### Problem details
Lines below starting with the line with "extrude(amount=BOSS_EXTRUDE2_DEPTH)" and going on through the line with "Rebuilt in FreeCAD, every" must be output exactly; the rest of the records must be left out.

(Saved entries)
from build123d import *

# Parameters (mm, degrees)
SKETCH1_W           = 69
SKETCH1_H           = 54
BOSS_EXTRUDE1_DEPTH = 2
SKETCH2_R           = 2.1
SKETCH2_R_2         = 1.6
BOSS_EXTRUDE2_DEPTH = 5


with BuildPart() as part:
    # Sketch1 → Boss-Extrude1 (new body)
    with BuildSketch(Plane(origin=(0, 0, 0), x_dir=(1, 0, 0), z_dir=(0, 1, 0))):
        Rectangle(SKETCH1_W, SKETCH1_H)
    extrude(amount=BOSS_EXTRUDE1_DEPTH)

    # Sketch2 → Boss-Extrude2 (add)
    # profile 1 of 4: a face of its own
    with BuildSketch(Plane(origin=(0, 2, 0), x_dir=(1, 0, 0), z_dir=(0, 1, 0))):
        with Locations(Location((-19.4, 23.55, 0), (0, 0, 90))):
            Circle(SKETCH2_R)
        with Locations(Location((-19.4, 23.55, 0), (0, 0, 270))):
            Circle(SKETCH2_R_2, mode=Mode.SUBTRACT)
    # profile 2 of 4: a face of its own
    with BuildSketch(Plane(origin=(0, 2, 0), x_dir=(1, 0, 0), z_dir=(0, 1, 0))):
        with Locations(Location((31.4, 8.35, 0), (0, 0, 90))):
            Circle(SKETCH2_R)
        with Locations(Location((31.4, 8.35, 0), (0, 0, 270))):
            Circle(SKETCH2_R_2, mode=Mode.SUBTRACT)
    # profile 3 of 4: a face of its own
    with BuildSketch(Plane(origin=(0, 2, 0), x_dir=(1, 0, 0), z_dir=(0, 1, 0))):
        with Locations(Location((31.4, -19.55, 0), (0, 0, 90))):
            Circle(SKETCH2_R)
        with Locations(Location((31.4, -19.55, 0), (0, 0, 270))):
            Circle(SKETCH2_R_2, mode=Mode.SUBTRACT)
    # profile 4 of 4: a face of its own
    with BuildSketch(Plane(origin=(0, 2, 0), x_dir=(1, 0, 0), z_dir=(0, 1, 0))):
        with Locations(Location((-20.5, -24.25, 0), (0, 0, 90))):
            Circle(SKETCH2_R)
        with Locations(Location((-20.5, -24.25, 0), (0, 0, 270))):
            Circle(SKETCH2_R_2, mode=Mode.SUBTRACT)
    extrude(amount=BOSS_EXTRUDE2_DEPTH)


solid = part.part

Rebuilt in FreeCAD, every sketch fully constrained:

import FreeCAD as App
import Part
import Sketcher
Q = App.Units.Quantity


def add_polygon(sketch, points):
    """Adds a closed chain of lines whose ends are joined by coincident constraints."""
    first, n = sketch.GeometryCount, len(points)
    for a, b in zip(points, points[1:] + points[:1]):
        sketch.addGeometry(Part.LineSegment(App.Vector(*a, 0), App.Vector(*b, 0)), False)
    for i in range(n):
        sketch.addConstraint(Sketcher.Constraint("Coincident", first + i, 2, first + (i + 1) % n, 1))

doc = App.newDocument("Part")
params = doc.addObject("Spreadsheet::Sheet", "Params")
for row, (alias, value) in enumerate([
    ("sketch1_width", "69 mm"),
    ("sketch1_height", "54 mm"),
    ("pad1_length", "2 mm"),
    ("sketch2_diameter", "4.2 mm"),
    ("sketch2_diameter2", "3.2 mm"),
    ("pad2_length", "5 mm"),
], start=1):
    params.set(f"A{row}", alias)
    params.set(f"B{row}", "=" + value)
    params.setAlias(f"B{row}", alias)

body = doc.addObject("PartDesign::Body", "Body")

# Sketch on XZ plane
sketch1 = body.newObject("Sketcher::SketchObject", "Sketch")
sketch1.AttachmentSupport = (doc.getObject("XZ_Plane"), [""])
sketch1.MapMode = "FlatFace"
add_polygon(sketch1, [(-34.5, -27), (-34.5, 27), (34.5, 27), (34.5, -27)])  # lines 0-3
sketch1.addConstraint([
    Sketcher.Constraint("Vertical", 0),
    Sketcher.Constraint("Horizontal", 1),
    Sketcher.Constraint("Vertical", 2),
    Sketcher.Constraint("Horizontal", 3),
    Sketcher.Constraint("Symmetric", 0, 2, 2, 2, -1, 1),
    Sketcher.Constraint("DistanceX", 1, 1, 1, 2, Q("69 mm")),
    Sketcher.Constraint("DistanceY", 0, 1, 0, 2, Q("54 mm")),
])
sketch1.setExpression("Constraints[9]", "Params.sketch1_width")
sketch1.setExpression("Constraints[10]", "Params.sketch1_height")
pad1 = body.newObject("PartDesign::Pad", "Pad")
pad1.Profile = sketch1
pad1.setExpression("Length", "Params.pad1_length")
pad1.Reversed = True

# Sketch on XZ plane
sketch2 = body.newObject("Sketcher::SketchObject", "Sketch001")
sketch2.AttachmentSupport = (doc.getObject("XZ_Plane"), [""])
sketch2.MapMode = "FlatFace"
sketch2.AttachmentOffset = App.Placement(App.Vector(0, 0, -2), App.Rotation())
sketch2.addGeometry([
    Part.Circle(App.Vector(-19.4, -23.55, 0), App.Vector(0, 0, 1), 2.1),  # 0
    Part.Circle(App.Vector(-19.4, -23.55, 0), App.Vector(0, 0, 1), 1.6),  # 1
    Part.Circle(App.Vector(31.4, -8.35, 0), App.Vector(0, 0, 1), 2.1),  # 2
    Part.Circle(App.Vector(31.4, -8.35, 0), App.Vector(0, 0, 1), 1.6),  # 3
    Part.Circle(App.Vector(31.4, 19.55, 0), App.Vector(0, 0, 1), 2.1),  # 4
    Part.Circle(App.Vector(31.4, 19.55, 0), App.Vector(0, 0, 1), 1.6),  # 5
    Part.Circle(App.Vector(-20.5, 24.25, 0), App.Vector(0, 0, 1), 2.1),  # 6
    Part.Circle(App.Vector(-20.5, 24.25, 0), App.Vector(0, 0, 1), 1.6),  # 7
], False)
sketch2.addConstraint([
    Sketcher.Constraint("Coincident", 1, 3, 0, 3),
    Sketcher.Constraint("Coincident", 3, 3, 2, 3),
    Sketcher.Constraint("Coincident", 5, 3, 4, 3),
    Sketcher.Constraint("Coincident", 7, 3, 6, 3),
    Sketcher.Constraint("Equal", 0, 2),
    Sketcher.Constraint("Equal", 1, 3),
    Sketcher.Constraint("Equal", 2, 4),
    Sketcher.Constraint("Equal", 3, 5),
    Sketcher.Constraint("Equal", 4, 6),
    Sketcher.Constraint("Equal", 5, 7),
    Sketcher.Constraint("Vertical", 3, 3, 4, 3),
    Sketcher.Constraint("Diameter", 0, Q("4.2 mm")),
    Sketcher.Constraint("Diameter", 1, Q("3.2 mm")),
    Sketcher.Constraint("DistanceX", 0, 3, -1, 1, Q("19.4 mm")),
    Sketcher.Constraint("DistanceX", -1, 1, 2, 3, Q("31.4 mm")),
    Sketcher.Constraint("DistanceX", 6, 3, -1, 1, Q("20.5 mm")),
    Sketcher.Constraint("DistanceY", 0, 3, 2, 3, Q("15.2 mm")),
    Sketcher.Constraint("DistanceY", 2, 3, 4, 3, Q("27.9 mm")),
    Sketcher.Constraint("DistanceY", 0, 3, 6, 3, Q("47.8 mm")),
    Sketcher.Constraint("DistanceY", 0, 3, -1, 1, Q("23.55 mm")),
])
sketch2.setExpression("Constraints[11]", "Params.sketch2_diameter")
sketch2.setExpression("Constraints[12]", "Params.sketch2_diameter2")
pad2 = body.newObject("PartDesign::Pad", "Pad001")
pad2.Profile = sketch2
pad2.setExpression("Length", "Params.pad2_length")
pad2.Reversed = True

doc.recompute()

### Response box
    extrude(amount=BOSS_EXTRUDE2_DEPTH)


solid = part.part

Rebuilt in FreeCAD, every sketch fully constrained:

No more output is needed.